(Items listed in a dataset)
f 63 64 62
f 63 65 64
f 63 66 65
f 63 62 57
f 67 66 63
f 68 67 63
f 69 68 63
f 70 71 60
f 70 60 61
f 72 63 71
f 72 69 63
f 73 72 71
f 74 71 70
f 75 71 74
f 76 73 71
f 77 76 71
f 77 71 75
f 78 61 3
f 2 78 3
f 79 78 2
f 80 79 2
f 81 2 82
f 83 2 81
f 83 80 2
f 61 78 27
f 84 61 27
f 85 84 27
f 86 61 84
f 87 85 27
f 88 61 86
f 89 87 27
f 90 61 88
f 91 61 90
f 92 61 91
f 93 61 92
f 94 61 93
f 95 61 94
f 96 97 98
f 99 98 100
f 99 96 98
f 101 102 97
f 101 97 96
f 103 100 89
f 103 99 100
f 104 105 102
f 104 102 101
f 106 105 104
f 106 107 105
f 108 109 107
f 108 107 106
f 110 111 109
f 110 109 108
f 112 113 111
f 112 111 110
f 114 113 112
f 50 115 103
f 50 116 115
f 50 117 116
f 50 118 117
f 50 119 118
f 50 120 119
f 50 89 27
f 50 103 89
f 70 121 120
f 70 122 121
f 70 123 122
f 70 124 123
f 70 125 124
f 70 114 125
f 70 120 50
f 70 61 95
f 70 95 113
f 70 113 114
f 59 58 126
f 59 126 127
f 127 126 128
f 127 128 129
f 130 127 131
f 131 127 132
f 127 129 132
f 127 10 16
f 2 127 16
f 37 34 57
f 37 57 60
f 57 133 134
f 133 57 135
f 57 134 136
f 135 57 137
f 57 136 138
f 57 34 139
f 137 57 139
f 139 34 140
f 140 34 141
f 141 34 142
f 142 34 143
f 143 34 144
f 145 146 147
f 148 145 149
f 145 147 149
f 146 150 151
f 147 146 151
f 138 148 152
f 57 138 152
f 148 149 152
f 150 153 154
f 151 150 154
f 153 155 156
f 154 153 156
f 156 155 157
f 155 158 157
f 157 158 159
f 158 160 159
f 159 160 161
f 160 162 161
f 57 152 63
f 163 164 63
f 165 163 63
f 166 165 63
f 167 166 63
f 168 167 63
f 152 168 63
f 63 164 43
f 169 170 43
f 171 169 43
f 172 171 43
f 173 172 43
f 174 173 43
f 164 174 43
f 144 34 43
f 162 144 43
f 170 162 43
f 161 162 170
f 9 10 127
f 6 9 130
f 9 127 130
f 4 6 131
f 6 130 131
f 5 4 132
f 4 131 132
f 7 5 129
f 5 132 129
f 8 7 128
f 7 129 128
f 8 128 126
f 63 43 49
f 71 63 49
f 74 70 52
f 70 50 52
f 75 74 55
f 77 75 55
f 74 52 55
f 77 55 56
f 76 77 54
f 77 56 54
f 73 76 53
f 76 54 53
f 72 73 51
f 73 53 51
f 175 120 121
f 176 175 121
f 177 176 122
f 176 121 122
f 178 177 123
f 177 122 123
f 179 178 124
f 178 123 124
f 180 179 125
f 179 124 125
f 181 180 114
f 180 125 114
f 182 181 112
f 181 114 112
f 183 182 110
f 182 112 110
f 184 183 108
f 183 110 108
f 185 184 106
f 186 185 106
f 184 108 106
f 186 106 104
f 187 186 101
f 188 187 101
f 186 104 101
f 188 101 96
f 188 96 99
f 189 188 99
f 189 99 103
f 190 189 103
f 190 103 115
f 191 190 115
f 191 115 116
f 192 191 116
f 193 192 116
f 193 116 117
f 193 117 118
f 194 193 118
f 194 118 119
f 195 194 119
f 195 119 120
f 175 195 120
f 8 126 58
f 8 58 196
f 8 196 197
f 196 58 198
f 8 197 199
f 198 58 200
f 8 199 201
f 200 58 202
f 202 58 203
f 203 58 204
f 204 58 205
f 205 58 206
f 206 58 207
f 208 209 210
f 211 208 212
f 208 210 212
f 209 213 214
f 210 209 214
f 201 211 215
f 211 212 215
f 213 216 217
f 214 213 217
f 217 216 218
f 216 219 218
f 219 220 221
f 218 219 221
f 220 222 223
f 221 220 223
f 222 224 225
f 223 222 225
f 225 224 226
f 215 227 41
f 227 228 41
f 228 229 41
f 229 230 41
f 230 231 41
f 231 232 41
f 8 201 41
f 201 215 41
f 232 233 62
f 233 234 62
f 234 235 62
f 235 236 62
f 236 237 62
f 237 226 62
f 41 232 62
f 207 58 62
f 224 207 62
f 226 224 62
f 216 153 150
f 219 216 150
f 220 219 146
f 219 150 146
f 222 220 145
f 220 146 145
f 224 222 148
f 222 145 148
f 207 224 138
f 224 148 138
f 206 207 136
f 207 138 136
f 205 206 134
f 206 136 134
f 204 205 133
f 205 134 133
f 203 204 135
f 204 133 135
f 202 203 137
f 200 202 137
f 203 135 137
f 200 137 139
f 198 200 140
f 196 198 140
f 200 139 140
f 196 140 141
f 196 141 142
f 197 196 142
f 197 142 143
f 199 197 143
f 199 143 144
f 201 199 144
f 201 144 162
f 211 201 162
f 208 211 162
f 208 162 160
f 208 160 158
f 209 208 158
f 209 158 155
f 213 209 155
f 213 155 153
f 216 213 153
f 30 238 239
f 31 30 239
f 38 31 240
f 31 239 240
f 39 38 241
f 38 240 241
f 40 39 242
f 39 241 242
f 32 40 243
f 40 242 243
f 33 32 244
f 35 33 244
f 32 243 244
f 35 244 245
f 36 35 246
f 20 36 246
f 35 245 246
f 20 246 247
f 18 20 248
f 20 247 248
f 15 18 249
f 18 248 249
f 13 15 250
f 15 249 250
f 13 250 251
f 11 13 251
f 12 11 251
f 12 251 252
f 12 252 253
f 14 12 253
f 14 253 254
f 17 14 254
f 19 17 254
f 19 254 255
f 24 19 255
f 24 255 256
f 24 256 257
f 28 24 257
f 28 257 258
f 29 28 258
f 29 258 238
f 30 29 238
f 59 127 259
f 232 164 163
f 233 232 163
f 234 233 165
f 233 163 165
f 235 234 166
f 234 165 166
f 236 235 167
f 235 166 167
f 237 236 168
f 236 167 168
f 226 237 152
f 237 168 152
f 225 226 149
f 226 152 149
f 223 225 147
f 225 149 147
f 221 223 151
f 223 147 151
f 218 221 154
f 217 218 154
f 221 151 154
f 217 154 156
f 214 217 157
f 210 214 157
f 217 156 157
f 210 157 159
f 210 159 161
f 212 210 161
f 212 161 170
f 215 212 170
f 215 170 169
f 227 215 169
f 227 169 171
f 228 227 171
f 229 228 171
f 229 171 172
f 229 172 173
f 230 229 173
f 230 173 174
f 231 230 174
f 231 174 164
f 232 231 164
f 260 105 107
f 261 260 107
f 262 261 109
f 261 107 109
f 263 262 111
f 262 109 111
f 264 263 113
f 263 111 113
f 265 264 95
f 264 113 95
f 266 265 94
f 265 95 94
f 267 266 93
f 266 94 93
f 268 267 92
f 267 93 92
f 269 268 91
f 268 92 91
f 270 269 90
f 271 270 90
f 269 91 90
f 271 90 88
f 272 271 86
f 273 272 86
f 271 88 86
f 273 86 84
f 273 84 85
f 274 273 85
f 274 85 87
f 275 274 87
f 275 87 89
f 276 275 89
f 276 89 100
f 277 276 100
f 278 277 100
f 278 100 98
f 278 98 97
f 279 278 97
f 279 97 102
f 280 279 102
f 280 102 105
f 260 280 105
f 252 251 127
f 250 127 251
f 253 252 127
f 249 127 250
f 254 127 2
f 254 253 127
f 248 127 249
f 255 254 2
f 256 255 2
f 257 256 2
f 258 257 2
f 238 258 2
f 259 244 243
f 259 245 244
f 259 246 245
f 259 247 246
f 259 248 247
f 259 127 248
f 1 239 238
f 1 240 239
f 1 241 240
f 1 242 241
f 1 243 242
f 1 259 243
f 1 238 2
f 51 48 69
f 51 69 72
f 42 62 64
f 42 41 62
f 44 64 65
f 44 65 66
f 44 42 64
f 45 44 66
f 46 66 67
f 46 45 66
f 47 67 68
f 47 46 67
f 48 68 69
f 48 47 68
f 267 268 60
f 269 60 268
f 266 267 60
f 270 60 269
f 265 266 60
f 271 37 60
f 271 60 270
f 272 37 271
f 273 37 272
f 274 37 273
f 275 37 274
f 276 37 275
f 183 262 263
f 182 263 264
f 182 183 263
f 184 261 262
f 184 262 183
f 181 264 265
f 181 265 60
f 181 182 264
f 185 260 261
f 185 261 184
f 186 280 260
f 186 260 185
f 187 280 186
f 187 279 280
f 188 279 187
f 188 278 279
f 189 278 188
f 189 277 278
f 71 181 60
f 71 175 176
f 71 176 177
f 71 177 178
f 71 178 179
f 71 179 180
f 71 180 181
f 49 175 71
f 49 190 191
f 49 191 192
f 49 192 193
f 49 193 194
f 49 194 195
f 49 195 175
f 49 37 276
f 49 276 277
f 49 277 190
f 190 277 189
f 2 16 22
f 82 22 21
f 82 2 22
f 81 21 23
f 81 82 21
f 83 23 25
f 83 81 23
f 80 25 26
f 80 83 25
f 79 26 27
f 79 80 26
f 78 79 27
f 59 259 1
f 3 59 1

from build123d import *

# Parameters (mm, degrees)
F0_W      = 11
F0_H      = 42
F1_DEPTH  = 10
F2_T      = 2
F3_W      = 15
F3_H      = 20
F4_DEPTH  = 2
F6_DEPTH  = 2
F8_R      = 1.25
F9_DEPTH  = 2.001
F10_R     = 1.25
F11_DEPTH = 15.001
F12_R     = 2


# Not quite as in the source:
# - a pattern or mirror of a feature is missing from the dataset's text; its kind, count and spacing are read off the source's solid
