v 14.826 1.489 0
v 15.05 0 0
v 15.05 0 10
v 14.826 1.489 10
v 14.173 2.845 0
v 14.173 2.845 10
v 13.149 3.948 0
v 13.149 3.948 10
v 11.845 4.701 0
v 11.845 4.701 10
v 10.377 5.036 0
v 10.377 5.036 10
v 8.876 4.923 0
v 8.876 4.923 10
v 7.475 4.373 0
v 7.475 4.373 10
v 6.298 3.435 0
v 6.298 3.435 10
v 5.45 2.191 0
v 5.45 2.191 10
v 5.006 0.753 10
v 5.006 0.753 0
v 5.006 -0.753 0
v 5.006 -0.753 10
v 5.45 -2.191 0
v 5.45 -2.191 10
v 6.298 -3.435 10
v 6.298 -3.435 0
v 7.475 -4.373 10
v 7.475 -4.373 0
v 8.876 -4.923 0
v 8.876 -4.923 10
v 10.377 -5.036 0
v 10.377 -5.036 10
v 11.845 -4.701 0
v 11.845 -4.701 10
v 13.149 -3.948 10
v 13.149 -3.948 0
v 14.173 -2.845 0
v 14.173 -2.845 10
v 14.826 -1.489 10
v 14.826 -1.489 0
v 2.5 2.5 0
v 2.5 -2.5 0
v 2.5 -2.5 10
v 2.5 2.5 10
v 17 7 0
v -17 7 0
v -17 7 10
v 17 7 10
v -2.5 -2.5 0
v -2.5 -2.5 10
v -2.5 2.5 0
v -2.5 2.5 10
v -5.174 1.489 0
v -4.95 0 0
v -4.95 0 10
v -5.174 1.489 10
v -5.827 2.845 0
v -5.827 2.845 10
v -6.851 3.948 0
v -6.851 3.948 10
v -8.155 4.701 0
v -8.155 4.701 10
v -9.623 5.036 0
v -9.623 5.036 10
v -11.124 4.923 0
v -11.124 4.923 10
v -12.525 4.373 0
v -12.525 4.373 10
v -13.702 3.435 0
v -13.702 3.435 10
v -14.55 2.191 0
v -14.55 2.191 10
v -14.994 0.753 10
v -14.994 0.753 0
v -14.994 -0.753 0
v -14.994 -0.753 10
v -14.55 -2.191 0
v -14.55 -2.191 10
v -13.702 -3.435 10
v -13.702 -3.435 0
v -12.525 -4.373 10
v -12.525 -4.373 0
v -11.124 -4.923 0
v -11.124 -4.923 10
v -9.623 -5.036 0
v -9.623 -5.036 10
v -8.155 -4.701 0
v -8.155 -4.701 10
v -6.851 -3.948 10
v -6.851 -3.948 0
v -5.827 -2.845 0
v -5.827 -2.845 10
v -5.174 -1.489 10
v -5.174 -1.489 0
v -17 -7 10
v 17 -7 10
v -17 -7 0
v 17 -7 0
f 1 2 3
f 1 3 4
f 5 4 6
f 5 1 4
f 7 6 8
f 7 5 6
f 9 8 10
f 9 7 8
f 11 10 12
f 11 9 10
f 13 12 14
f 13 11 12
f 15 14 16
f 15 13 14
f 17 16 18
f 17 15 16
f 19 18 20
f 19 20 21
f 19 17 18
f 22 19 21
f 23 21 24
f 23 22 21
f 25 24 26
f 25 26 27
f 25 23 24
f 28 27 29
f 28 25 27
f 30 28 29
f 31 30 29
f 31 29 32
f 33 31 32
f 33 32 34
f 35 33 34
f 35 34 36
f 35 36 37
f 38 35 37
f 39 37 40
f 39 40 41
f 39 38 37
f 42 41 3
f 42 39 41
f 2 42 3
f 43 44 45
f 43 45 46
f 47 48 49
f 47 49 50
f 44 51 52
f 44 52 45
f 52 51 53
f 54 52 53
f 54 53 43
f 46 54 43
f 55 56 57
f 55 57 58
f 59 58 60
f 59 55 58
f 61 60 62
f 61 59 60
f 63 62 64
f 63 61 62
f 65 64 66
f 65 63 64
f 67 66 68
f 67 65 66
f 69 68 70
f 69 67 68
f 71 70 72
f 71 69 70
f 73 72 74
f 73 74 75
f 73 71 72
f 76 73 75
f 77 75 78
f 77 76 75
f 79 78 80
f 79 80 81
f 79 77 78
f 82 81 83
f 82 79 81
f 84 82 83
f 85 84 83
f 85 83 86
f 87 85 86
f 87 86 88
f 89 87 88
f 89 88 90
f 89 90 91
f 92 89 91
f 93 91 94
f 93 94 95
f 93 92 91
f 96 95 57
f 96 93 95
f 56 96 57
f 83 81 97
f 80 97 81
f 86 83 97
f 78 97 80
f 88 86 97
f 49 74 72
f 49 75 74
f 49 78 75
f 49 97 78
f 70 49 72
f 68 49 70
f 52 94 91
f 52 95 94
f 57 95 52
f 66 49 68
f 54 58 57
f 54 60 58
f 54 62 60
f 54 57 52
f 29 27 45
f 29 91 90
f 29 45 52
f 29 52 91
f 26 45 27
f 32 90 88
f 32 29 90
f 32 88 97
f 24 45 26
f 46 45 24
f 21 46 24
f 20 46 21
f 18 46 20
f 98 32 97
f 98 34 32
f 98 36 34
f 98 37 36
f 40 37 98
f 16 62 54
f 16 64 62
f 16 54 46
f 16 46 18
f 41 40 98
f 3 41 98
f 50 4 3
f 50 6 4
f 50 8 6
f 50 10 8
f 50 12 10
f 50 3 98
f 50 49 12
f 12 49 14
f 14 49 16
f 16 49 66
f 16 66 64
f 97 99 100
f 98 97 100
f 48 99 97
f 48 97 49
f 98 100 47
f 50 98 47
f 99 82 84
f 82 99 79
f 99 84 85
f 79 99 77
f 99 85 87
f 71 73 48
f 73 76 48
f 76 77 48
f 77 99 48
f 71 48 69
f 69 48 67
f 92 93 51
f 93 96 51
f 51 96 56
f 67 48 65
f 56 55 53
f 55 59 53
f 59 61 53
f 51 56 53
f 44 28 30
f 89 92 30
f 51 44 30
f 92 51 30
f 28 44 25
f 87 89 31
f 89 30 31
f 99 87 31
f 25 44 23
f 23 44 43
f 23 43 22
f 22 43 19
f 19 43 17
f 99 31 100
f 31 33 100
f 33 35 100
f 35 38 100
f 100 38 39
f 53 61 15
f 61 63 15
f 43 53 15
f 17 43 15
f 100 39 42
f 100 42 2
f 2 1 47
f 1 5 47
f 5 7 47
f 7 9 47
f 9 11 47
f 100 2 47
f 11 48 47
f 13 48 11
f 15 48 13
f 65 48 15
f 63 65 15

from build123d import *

# Parameters (mm, degrees)
SKETCH_1_W      = 34
SKETCH_1_H      = 14
SKETCH_1_R      = 5.05
SKETCH_1_W_2    = 5
SKETCH_1_H_2    = 5
EXTRUDE_1_DEPTH = 10


with BuildPart() as part:
    # 草图1 → 凸台-拉伸1 (new body)
    with BuildSketch(Plane.XY):
        Rectangle(SKETCH_1_W, SKETCH_1_H)
        with Locations((-10, 0)):
            Circle(SKETCH_1_R, mode=Mode.SUBTRACT)
        with Locations((10, 0)):
            Circle(SKETCH_1_R, mode=Mode.SUBTRACT)
        Rectangle(SKETCH_1_W_2, SKETCH_1_H_2, mode=Mode.SUBTRACT)
    extrude(amount=EXTRUDE_1_DEPTH)


solid = part.part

__Work to complete__
Please show every line of the records that holds the word "source".

__Task answer__
# Not quite as in the source:
# - a pattern or mirror of a feature is missing from the dataset's text; its kind, count and spacing are read off the source's solid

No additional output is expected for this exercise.